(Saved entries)
· · · ·
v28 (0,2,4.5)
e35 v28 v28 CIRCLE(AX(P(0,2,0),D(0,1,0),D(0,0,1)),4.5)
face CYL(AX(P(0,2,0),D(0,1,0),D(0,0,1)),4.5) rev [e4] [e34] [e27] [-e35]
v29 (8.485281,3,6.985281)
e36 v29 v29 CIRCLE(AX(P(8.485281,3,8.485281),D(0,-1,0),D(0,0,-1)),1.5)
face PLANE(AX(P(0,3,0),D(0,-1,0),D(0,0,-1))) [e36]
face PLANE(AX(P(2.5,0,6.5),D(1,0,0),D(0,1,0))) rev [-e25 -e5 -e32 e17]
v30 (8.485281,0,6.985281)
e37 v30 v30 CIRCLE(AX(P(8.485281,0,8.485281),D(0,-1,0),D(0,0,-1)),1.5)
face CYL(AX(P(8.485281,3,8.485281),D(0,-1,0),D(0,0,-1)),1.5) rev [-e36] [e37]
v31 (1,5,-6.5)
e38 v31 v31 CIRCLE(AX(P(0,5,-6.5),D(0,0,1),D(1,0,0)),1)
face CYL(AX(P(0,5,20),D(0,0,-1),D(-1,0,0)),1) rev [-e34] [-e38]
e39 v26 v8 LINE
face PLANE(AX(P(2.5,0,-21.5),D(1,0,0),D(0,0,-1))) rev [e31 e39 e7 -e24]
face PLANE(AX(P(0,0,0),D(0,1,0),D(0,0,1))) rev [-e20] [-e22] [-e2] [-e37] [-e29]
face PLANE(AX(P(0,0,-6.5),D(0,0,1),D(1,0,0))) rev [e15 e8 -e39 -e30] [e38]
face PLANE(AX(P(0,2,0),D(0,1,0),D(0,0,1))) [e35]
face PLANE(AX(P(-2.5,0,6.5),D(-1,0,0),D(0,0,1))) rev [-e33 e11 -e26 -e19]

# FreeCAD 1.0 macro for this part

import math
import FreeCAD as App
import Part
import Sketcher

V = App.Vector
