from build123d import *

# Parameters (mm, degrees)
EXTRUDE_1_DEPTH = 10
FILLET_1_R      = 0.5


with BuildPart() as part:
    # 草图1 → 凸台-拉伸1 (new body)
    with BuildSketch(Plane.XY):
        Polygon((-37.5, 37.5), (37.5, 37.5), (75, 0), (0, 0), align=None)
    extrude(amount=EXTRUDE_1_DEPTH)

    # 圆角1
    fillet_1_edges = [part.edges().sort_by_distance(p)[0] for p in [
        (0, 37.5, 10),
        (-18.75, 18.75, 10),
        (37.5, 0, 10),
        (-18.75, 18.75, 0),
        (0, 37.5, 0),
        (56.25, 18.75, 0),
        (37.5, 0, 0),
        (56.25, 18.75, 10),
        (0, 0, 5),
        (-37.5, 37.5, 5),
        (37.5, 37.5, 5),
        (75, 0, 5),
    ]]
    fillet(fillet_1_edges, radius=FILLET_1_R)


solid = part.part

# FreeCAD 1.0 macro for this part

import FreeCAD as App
import Part
import Sketcher
from FreeCAD import Vector
Q = App.Units.Quantity


def add_polygon(sketch, points):
    """Adds a closed chain of lines whose ends are joined by coincident constraints."""
    first, n = sketch.GeometryCount, len(points)
    for a, b in zip(points, points[1:] + points[:1]):
        sketch.addGeometry(Part.LineSegment(App.Vector(*a, 0), App.Vector(*b, 0)), False)
    for i in range(n):
        sketch.addConstraint(Sketcher.Constraint("Coincident", first + i, 2, first + (i + 1) % n, 1))

doc = App.newDocument("Part")
params = doc.addObject("Spreadsheet::Sheet", "Params")
for row, (alias, value) in enumerate([
    ("sketch1_width", "75 mm"),
    ("pad1_length", "10 mm"),
    ("fillet_radius", "0.5 mm"),
], start=1):
    params.set(f"A{row}", alias)
    params.set(f"B{row}", "=" + value)
    params.setAlias(f"B{row}", alias)

body = doc.addObject("PartDesign::Body", "Body")

# Sketch on XY plane
sketch1 = body.newObject("Sketcher::SketchObject", "Sketch")
sketch1.AttachmentSupport = (doc.getObject("XY_Plane"), [""])
sketch1.MapMode = "FlatFace"
add_polygon(sketch1, [(38, 38), (-38, 38), (0, 0), (75, 0)])  # lines 0-3
sketch1.addConstraint(Sketcher.Constraint("Horizontal", 0))
sketch1.addConstraint(Sketcher.Constraint("Horizontal", 2))
sketch1.addConstraint(Sketcher.Constraint("Coincident", 1, 2, -1, 1))
sketch1.addConstraint(Sketcher.Constraint("Parallel", 1, 3))
sketch1.addConstraint(Sketcher.Constraint("DistanceX", 0, 2, 0, 1, Q("75 mm")))
sketch1.addConstraint(Sketcher.Constraint("Angle", 1, Q("-45 deg")))
sketch1.addConstraint(Sketcher.Constraint("DistanceX", 0, 2, -1, 1, Q("37.5 mm")))
sketch1.setExpression("Constraints[8]", "Params.sketch1_width")
pad1 = body.newObject("PartDesign::Pad", "Pad")
pad1.Profile = sketch1
pad1.setExpression("Length", "Params.pad1_length")
doc.recompute()

fillet = body.newObject("PartDesign::Fillet", "Fillet")
fillet.Base = (pad1, ["Edge1"])
fillet.UseAllEdges = True
fillet.setExpression("Radius", "Params.fillet_radius")

doc.recompute()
· · · ·
WHAT THE TASK REQUIRES>
Give back each entry so that it matches the original word for word.

ANSWER TO THE PROBLEM>
v28 (0,2,4.5)
e35 v28 v28 CIRCLE(AX(P(0,2,0),D(0,1,0),D(0,0,1)),4.5)
face CYL(AX(P(0,2,0),D(0,1,0),D(0,0,1)),4.5) rev [e4] [e34] [e27] [-e35]
v29 (8.485281,3,6.985281)
e36 v29 v29 CIRCLE(AX(P(8.485281,3,8.485281),D(0,-1,0),D(0,0,-1)),1.5)
face PLANE(AX(P(0,3,0),D(0,-1,0),D(0,0,-1))) [e36]
face PLANE(AX(P(2.5,0,6.5),D(1,0,0),D(0,1,0))) rev [-e25 -e5 -e32 e17]
v30 (8.485281,0,6.985281)
e37 v30 v30 CIRCLE(AX(P(8.485281,0,8.485281),D(0,-1,0),D(0,0,-1)),1.5)
face CYL(AX(P(8.485281,3,8.485281),D(0,-1,0),D(0,0,-1)),1.5) rev [-e36] [e37]
v31 (1,5,-6.5)
e38 v31 v31 CIRCLE(AX(P(0,5,-6.5),D(0,0,1),D(1,0,0)),1)
face CYL(AX(P(0,5,20),D(0,0,-1),D(-1,0,0)),1) rev [-e34] [-e38]
e39 v26 v8 LINE
face PLANE(AX(P(2.5,0,-21.5),D(1,0,0),D(0,0,-1))) rev [e31 e39 e7 -e24]
face PLANE(AX(P(0,0,0),D(0,1,0),D(0,0,1))) rev [-e20] [-e22] [-e2] [-e37] [-e29]
face PLANE(AX(P(0,0,-6.5),D(0,0,1),D(1,0,0))) rev [e15 e8 -e39 -e30] [e38]
face PLANE(AX(P(0,2,0),D(0,1,0),D(0,0,1))) [e35]
face PLANE(AX(P(-2.5,0,6.5),D(-1,0,0),D(0,0,1))) rev [-e33 e11 -e26 -e19]

# FreeCAD 1.0 macro for this part

import math
import FreeCAD as App
import Part
import Sketcher

V = App.Vector
from build123d import *

# Parameters (mm, degrees)
EXTRUDE_1_DEPTH = 10
FILLET_1_R      = 0.5


with BuildPart() as part:
    # 草图1 → 凸台-拉伸1 (new body)
    with BuildSketch(Plane.XY):
        Polygon((-37.5, 37.5), (37.5, 37.5), (75, 0), (0, 0), align=None)
    extrude(amount=EXTRUDE_1_DEPTH)

    # 圆角1
    fillet_1_edges = [part.edges().sort_by_distance(p)[0] for p in [
        (0, 37.5, 10),
        (-18.75, 18.75, 10),
        (37.5, 0, 10),
        (-18.75, 18.75, 0),
        (0, 37.5, 0),
        (56.25, 18.75, 0),
        (37.5, 0, 0),
        (56.25, 18.75, 10),
        (0, 0, 5),
        (-37.5, 37.5, 5),
        (37.5, 37.5, 5),
        (75, 0, 5),
    ]]
    fillet(fillet_1_edges, radius=FILLET_1_R)


solid = part.part

# FreeCAD 1.0 macro for this part

import FreeCAD as App
import Part
import Sketcher
from FreeCAD import Vector
Q = App.Units.Quantity


def add_polygon(sketch, points):
    """Adds a closed chain of lines whose ends are joined by coincident constraints."""
    first, n = sketch.GeometryCount, len(points)
    for a, b in zip(points, points[1:] + points[:1]):
        sketch.addGeometry(Part.LineSegment(App.Vector(*a, 0), App.Vector(*b, 0)), False)
    for i in range(n):
        sketch.addConstraint(Sketcher.Constraint("Coincident", first + i, 2, first + (i + 1) % n, 1))

doc = App.newDocument("Part")
params = doc.addObject("Spreadsheet::Sheet", "Params")
for row, (alias, value) in enumerate([
    ("sketch1_width", "75 mm"),
    ("pad1_length", "10 mm"),
    ("fillet_radius", "0.5 mm"),
], start=1):
    params.set(f"A{row}", alias)
    params.set(f"B{row}", "=" + value)
    params.setAlias(f"B{row}", alias)

body = doc.addObject("PartDesign::Body", "Body")

# Sketch on XY plane
sketch1 = body.newObject("Sketcher::SketchObject", "Sketch")
sketch1.AttachmentSupport = (doc.getObject("XY_Plane"), [""])
sketch1.MapMode = "FlatFace"
add_polygon(sketch1, [(38, 38), (-38, 38), (0, 0), (75, 0)])  # lines 0-3
sketch1.addConstraint(Sketcher.Constraint("Horizontal", 0))
sketch1.addConstraint(Sketcher.Constraint("Horizontal", 2))
sketch1.addConstraint(Sketcher.Constraint("Coincident", 1, 2, -1, 1))
sketch1.addConstraint(Sketcher.Constraint("Parallel", 1, 3))
sketch1.addConstraint(Sketcher.Constraint("DistanceX", 0, 2, 0, 1, Q("75 mm")))
sketch1.addConstraint(Sketcher.Constraint("Angle", 1, Q("-45 deg")))
sketch1.addConstraint(Sketcher.Constraint("DistanceX", 0, 2, -1, 1, Q("37.5 mm")))
sketch1.setExpression("Constraints[8]", "Params.sketch1_width")
pad1 = body.newObject("PartDesign::Pad", "Pad")
pad1.Profile = sketch1
pad1.setExpression("Length", "Params.pad1_length")
doc.recompute()

fillet = body.newObject("PartDesign::Fillet", "Fillet")
fillet.Base = (pad1, ["Edge1"])
fillet.UseAllEdges = True
fillet.setExpression("Radius", "Params.fillet_radius")

doc.recompute()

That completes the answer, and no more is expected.